“It’s only a choice”; the great lie

I had a chance to hear her speak a couple years ago. I’m not easily moved by a speaker, but she is a compelling speaker. Her story is incredible and it’s hard to imagine anyone after hearing her speak continue to believe that abortion is only a choice over a “mass of tissue”.

Gianna Jessen was aborted at 7½ months. She survived. Astonishingly, she has forgiven her mother for trying to kill her.
By Elizabeth Day

Gianna Jessen grew up believing that she was born with cerebral palsy because she had been delivered prematurely in a particularly traumatic birth.

That was the story told to her by her adoptive mother and it was not until she was 12 years old that she discovered the truth about what made her different from the other children at school.

“I had an innate wondering,” Miss Jessen says. “I wasn’t satisfied for some reason, so I kept asking why I had this disability.

“She tried to break it to me gently and then, just as she was about to tell me, I said ‘I was aborted, right?’ She said ‘Yeah, you were.’ And my reaction was ‘Well, at least I have cerebral palsy for an interesting reason.’ ”

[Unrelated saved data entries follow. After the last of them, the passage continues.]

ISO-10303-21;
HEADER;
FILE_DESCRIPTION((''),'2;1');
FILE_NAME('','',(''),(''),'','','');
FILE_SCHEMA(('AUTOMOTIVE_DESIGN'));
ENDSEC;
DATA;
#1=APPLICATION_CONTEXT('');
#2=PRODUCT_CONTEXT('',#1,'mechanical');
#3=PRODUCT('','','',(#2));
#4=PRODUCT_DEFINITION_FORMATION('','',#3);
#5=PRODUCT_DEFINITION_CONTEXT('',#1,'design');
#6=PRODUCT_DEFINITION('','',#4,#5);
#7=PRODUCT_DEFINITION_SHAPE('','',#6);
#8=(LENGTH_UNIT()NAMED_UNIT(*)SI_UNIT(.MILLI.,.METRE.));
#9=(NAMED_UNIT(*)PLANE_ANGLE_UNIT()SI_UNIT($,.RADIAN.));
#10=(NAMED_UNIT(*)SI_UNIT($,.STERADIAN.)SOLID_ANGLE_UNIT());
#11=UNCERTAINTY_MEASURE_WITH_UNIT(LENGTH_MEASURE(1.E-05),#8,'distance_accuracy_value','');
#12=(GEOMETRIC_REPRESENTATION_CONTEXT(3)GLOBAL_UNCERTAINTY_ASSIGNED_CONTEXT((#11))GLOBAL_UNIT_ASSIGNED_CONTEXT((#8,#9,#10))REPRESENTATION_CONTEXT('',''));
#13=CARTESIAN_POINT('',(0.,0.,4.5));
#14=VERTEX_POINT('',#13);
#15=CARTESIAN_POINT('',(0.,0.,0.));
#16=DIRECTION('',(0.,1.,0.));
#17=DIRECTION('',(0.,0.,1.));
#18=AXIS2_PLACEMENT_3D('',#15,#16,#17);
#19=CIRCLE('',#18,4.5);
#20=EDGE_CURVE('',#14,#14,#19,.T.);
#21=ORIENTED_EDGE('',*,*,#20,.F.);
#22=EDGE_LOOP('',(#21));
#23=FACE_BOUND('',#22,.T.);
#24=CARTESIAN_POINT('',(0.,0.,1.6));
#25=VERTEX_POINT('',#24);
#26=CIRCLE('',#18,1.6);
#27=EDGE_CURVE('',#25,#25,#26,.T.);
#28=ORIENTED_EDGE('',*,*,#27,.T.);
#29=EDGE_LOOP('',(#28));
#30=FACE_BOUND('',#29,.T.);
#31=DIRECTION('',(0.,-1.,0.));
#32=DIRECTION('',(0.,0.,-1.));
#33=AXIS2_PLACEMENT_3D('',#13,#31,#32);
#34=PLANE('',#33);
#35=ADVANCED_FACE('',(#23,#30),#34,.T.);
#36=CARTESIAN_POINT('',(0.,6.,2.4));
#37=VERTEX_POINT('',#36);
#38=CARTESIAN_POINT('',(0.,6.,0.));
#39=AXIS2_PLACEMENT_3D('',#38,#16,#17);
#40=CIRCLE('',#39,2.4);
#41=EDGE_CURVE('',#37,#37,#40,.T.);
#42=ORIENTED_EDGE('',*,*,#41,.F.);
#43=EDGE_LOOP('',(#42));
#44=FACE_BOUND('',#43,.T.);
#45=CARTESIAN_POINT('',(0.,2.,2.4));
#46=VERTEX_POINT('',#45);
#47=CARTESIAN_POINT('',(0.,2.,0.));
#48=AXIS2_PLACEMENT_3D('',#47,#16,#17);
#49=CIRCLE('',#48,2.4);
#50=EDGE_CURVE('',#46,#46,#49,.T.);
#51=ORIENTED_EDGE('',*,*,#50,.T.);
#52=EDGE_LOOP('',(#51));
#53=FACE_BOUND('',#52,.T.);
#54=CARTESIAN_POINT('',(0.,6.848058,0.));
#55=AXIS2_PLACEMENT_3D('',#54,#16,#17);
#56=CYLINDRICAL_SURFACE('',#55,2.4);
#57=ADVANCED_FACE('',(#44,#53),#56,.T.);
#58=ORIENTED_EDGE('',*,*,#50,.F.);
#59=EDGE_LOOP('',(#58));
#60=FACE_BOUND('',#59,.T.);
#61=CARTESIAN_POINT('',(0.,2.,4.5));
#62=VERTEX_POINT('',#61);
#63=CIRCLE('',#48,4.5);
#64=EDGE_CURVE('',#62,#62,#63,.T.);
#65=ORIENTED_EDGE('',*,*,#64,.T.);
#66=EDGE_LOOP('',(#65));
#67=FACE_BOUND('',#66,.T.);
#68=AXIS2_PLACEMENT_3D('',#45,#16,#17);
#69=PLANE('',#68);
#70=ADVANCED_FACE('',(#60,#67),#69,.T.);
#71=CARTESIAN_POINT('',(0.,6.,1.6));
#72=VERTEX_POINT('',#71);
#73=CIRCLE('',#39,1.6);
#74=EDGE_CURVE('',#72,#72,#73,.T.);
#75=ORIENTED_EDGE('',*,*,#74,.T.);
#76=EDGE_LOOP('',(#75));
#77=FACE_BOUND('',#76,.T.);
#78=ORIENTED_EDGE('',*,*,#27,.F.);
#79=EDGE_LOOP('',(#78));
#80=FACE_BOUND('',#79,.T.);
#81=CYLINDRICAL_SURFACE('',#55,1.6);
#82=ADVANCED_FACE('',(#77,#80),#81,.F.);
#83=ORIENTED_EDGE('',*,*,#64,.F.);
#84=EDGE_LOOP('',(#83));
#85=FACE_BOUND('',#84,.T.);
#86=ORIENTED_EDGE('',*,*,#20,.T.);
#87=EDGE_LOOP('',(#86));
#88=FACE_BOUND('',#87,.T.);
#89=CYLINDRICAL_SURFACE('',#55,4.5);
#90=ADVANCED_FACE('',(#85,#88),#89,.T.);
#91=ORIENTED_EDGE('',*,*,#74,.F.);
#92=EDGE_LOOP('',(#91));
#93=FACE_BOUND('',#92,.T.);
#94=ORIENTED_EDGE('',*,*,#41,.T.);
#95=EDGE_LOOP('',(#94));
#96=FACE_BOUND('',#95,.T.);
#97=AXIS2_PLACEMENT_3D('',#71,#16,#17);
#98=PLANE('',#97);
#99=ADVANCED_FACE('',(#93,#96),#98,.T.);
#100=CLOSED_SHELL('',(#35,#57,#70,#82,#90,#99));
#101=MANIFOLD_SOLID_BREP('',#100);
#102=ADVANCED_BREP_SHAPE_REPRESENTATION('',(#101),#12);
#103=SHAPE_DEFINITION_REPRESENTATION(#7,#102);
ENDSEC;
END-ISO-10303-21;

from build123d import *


with BuildPart() as part:
    # Esquisse1 → Révolution1 (revolve)
    with BuildSketch(Plane(origin=(0, 0, 0), x_dir=(0, 0, -1), z_dir=(1, 0, 0))):
        Polygon((-1.6, 0), (-1.6, 6), (-2.4, 6), (-2.4, 2), (-4.5, 2), (-4.5, 0), align=None)
    revolve(axis=Axis((0, 6.848058206, 0), (0, -1, 0)))


solid = part.part
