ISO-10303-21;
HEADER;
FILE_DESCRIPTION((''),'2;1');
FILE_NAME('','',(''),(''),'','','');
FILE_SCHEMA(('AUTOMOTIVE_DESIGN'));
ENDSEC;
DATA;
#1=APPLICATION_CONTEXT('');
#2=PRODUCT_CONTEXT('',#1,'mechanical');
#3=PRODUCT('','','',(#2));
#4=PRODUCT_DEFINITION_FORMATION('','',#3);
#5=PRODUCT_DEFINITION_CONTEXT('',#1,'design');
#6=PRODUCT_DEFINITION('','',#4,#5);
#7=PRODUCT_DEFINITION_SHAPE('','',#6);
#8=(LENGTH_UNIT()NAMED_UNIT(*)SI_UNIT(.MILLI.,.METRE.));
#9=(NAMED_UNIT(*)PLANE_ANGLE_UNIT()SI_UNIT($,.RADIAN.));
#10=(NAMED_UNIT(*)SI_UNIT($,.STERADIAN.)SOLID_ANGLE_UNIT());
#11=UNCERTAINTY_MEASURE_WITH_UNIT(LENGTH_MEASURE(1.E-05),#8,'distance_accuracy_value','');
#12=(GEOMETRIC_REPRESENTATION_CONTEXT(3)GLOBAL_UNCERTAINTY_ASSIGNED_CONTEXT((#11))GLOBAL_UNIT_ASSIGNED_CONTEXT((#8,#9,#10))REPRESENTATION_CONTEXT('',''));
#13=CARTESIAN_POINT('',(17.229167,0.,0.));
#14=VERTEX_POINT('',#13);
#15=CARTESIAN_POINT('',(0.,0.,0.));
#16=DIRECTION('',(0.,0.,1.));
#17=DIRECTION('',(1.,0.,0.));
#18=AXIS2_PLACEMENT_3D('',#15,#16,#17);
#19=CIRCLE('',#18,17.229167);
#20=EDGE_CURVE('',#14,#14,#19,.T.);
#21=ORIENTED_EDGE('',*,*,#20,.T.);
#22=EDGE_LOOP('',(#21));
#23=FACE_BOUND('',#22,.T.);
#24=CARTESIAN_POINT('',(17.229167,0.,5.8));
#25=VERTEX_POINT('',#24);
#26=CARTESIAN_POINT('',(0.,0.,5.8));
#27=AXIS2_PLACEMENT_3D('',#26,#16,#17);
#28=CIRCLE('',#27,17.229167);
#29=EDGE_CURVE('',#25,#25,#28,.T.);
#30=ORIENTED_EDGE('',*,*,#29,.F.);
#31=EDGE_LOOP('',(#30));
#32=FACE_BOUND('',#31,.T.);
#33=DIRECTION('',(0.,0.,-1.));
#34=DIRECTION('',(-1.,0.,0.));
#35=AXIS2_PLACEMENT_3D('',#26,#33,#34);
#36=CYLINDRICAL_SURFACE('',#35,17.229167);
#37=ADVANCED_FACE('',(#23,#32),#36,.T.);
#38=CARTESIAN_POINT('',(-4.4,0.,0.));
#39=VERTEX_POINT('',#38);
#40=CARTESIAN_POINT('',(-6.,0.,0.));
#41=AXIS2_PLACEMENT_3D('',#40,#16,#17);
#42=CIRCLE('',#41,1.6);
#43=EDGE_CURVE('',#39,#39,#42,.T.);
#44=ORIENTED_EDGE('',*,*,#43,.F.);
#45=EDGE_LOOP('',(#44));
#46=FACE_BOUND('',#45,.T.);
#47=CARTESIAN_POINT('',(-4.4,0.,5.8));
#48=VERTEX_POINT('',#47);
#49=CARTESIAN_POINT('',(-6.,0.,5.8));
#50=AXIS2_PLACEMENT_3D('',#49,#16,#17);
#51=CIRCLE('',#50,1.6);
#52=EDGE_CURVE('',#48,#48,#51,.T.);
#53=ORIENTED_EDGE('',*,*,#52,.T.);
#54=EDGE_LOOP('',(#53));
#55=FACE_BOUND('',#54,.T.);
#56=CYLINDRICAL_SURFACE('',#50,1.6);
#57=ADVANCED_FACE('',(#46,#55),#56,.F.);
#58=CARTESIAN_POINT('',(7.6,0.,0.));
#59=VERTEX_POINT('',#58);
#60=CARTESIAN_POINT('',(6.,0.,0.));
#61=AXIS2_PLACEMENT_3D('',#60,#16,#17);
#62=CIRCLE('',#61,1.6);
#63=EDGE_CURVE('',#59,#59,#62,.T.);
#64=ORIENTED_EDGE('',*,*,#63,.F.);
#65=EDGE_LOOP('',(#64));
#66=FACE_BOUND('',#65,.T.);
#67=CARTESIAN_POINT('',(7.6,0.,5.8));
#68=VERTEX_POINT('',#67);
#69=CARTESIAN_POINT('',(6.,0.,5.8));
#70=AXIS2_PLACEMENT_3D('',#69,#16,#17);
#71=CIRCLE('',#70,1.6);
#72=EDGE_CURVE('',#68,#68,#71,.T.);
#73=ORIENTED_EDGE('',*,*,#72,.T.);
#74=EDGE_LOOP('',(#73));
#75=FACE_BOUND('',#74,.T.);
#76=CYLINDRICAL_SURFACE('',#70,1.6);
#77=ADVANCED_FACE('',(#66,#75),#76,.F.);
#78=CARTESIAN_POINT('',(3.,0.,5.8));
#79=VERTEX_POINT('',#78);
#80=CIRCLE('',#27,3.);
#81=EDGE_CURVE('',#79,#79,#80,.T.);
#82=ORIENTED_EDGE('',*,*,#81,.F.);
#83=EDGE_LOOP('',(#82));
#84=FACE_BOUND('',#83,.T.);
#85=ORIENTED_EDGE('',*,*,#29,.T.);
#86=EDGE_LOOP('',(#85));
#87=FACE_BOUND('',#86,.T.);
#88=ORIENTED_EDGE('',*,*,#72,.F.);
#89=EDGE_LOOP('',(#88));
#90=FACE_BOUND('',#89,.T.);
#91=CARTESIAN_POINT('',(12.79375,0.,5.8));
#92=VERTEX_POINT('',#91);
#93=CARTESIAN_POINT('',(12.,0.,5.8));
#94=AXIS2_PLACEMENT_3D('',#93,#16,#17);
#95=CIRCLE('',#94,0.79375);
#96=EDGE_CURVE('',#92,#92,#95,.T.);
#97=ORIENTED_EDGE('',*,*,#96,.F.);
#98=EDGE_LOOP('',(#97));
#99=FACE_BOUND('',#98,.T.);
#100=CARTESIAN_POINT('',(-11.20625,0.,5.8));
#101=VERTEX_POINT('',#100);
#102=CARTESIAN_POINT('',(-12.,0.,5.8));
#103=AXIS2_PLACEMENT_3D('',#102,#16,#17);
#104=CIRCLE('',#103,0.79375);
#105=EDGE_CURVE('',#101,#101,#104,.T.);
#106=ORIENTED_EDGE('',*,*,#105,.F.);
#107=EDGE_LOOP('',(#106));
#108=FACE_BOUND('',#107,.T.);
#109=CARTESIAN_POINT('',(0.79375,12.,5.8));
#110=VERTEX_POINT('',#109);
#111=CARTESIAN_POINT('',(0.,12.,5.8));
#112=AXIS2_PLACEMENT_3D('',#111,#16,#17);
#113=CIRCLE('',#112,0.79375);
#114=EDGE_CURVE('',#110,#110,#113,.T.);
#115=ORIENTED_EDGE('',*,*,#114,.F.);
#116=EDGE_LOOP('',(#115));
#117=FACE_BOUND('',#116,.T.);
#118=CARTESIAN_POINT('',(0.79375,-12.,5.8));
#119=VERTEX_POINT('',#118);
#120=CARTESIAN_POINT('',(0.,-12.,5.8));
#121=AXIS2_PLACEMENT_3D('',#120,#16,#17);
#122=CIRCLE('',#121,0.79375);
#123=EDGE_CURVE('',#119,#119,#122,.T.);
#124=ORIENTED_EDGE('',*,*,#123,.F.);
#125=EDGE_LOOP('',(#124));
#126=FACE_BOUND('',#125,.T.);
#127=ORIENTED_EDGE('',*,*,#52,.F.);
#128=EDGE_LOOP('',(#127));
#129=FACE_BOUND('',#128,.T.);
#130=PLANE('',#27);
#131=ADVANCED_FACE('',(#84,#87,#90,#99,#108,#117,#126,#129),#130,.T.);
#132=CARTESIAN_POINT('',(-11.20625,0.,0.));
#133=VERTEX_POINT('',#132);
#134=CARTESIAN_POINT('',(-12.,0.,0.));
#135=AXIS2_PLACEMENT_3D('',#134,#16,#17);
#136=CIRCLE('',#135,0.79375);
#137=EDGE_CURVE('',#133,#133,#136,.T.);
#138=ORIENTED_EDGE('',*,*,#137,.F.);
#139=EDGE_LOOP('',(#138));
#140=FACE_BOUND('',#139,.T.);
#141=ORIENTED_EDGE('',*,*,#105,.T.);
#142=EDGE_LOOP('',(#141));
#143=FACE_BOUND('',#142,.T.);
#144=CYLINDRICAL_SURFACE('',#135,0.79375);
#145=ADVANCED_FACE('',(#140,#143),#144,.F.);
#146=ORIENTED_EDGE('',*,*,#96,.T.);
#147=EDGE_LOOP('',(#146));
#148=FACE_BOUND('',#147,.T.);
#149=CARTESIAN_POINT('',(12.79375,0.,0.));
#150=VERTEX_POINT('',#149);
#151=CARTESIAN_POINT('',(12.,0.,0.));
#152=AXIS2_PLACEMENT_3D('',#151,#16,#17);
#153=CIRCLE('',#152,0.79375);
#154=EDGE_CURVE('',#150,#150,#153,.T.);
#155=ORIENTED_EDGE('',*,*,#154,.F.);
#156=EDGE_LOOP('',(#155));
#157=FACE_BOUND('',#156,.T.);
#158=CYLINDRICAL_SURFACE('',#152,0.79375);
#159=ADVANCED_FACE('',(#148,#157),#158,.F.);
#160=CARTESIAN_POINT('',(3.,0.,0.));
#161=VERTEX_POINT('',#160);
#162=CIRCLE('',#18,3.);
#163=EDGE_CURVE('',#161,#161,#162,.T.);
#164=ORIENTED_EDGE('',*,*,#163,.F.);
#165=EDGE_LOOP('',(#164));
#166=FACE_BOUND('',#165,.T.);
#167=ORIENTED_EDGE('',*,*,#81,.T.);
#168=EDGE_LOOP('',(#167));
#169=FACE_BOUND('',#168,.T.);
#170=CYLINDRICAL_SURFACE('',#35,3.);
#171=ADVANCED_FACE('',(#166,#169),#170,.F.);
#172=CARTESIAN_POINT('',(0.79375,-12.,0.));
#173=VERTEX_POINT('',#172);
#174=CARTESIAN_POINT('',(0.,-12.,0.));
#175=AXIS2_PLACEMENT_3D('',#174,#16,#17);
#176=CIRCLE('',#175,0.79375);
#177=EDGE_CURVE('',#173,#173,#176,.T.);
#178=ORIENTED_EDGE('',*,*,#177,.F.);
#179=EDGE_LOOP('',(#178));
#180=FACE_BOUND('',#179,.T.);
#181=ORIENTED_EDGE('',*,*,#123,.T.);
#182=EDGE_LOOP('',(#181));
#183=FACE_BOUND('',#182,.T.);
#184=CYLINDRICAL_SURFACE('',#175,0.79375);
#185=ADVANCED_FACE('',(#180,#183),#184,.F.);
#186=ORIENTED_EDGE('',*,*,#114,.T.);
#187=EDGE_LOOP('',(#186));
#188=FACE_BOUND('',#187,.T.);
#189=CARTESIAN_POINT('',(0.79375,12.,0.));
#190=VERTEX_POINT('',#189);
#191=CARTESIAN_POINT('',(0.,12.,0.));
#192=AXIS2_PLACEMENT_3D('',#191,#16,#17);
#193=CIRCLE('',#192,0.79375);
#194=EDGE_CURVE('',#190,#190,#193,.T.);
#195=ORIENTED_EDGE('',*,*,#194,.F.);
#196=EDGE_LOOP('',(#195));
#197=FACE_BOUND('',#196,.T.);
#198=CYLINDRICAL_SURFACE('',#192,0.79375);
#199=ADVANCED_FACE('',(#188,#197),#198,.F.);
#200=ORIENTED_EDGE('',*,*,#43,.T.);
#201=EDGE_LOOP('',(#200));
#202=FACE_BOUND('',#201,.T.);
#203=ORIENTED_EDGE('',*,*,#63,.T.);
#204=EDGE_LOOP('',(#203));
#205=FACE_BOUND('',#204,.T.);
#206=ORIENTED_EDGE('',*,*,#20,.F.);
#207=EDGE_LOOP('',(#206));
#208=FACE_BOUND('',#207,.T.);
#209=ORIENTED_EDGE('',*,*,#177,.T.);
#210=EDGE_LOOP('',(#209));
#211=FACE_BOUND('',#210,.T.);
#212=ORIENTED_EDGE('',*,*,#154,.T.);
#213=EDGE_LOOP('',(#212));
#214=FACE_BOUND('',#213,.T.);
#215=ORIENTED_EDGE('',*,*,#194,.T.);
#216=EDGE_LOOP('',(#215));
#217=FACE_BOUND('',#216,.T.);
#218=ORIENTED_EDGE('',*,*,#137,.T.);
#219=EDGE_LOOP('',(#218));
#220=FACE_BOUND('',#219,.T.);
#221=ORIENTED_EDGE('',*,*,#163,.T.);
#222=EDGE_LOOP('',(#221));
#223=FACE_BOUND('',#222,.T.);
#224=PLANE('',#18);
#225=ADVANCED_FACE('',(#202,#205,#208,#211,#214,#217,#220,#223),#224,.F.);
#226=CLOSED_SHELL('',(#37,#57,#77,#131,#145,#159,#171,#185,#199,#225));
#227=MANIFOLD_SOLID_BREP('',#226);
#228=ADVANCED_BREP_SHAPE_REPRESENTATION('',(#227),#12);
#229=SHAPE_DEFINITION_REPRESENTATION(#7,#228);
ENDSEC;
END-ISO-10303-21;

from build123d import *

# Parameters (mm, degrees)
SKETCH1_R                = 17.229166667
SKETCH1_R_2              = 3
BOSS_EXTRUDE1_DEPTH      = 5.8
SKETCH2_R                = 0.79375
CUT_EXTRUDE1_DEPTH       = 26.046524071
M3_CLEARANCE_HOLE1_D     = 3.2
M3_CLEARANCE_HOLE1_DEPTH = 12.7
M3_CLEARANCE_HOLE1_TIP   = 0.96137699


with BuildPart() as part:
    # Sketch1 → Boss-Extrude1 (new body)
    with BuildSketch(Plane.XY):
        Circle(SKETCH1_R)
        Circle(SKETCH1_R_2, mode=Mode.SUBTRACT)
    extrude(amount=BOSS_EXTRUDE1_DEPTH)

    # Sketch2 → Cut-Extrude1 (cut, through all)
    with BuildSketch(Plane.XY.offset(5.8)):
        with Locations((0, 12)):
            Circle(SKETCH2_R)
        with Locations((12, 0)):
            Circle(SKETCH2_R)
        with Locations((0, -12)):
            Circle(SKETCH2_R)
        with Locations((-12, 0)):
            Circle(SKETCH2_R)
    extrude(amount=-CUT_EXTRUDE1_DEPTH, mode=Mode.SUBTRACT)

    # M3 Clearance Hole1
    with Locations(Plane.XY.offset(5.8)):
        with Locations((-6, 0), (6, 0)):
            Hole(M3_CLEARANCE_HOLE1_D / 2, depth=M3_CLEARANCE_HOLE1_DEPTH)
            with Locations((0, 0, -(M3_CLEARANCE_HOLE1_DEPTH + M3_CLEARANCE_HOLE1_TIP / 2))):  # 118° drill point
                Cone(0, M3_CLEARANCE_HOLE1_D / 2, M3_CLEARANCE_HOLE1_TIP, mode=Mode.SUBTRACT)


solid = part.part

That was 16 years ago. Miss Jessen is now a pretty, fresh-faced 28-year-old with wavy shoulder-length red hair. She speaks with eloquence and composure, in a soft southern American accent, her forehead crinkling slightly as she talks.

But while her outward appearance might have changed, her inner determination to overcome even the most insurmountable challenges has remained absolutely constant.

From the very beginning, Miss Jessen survived in spite of herself. Her mother, Tina, a 17-year-old single woman, decided to have an abortion by saline injection when she was seven-and-a-half months pregnant (there is no legal time limit for abortion in America).

But in the early morning of April 6, 1977, the abortion failed. Against the odds, the baby had lived. A nurse called the emergency services and the child was taken to hospital. She weighed only 2lb and the abortionist had to sign her birth certificate.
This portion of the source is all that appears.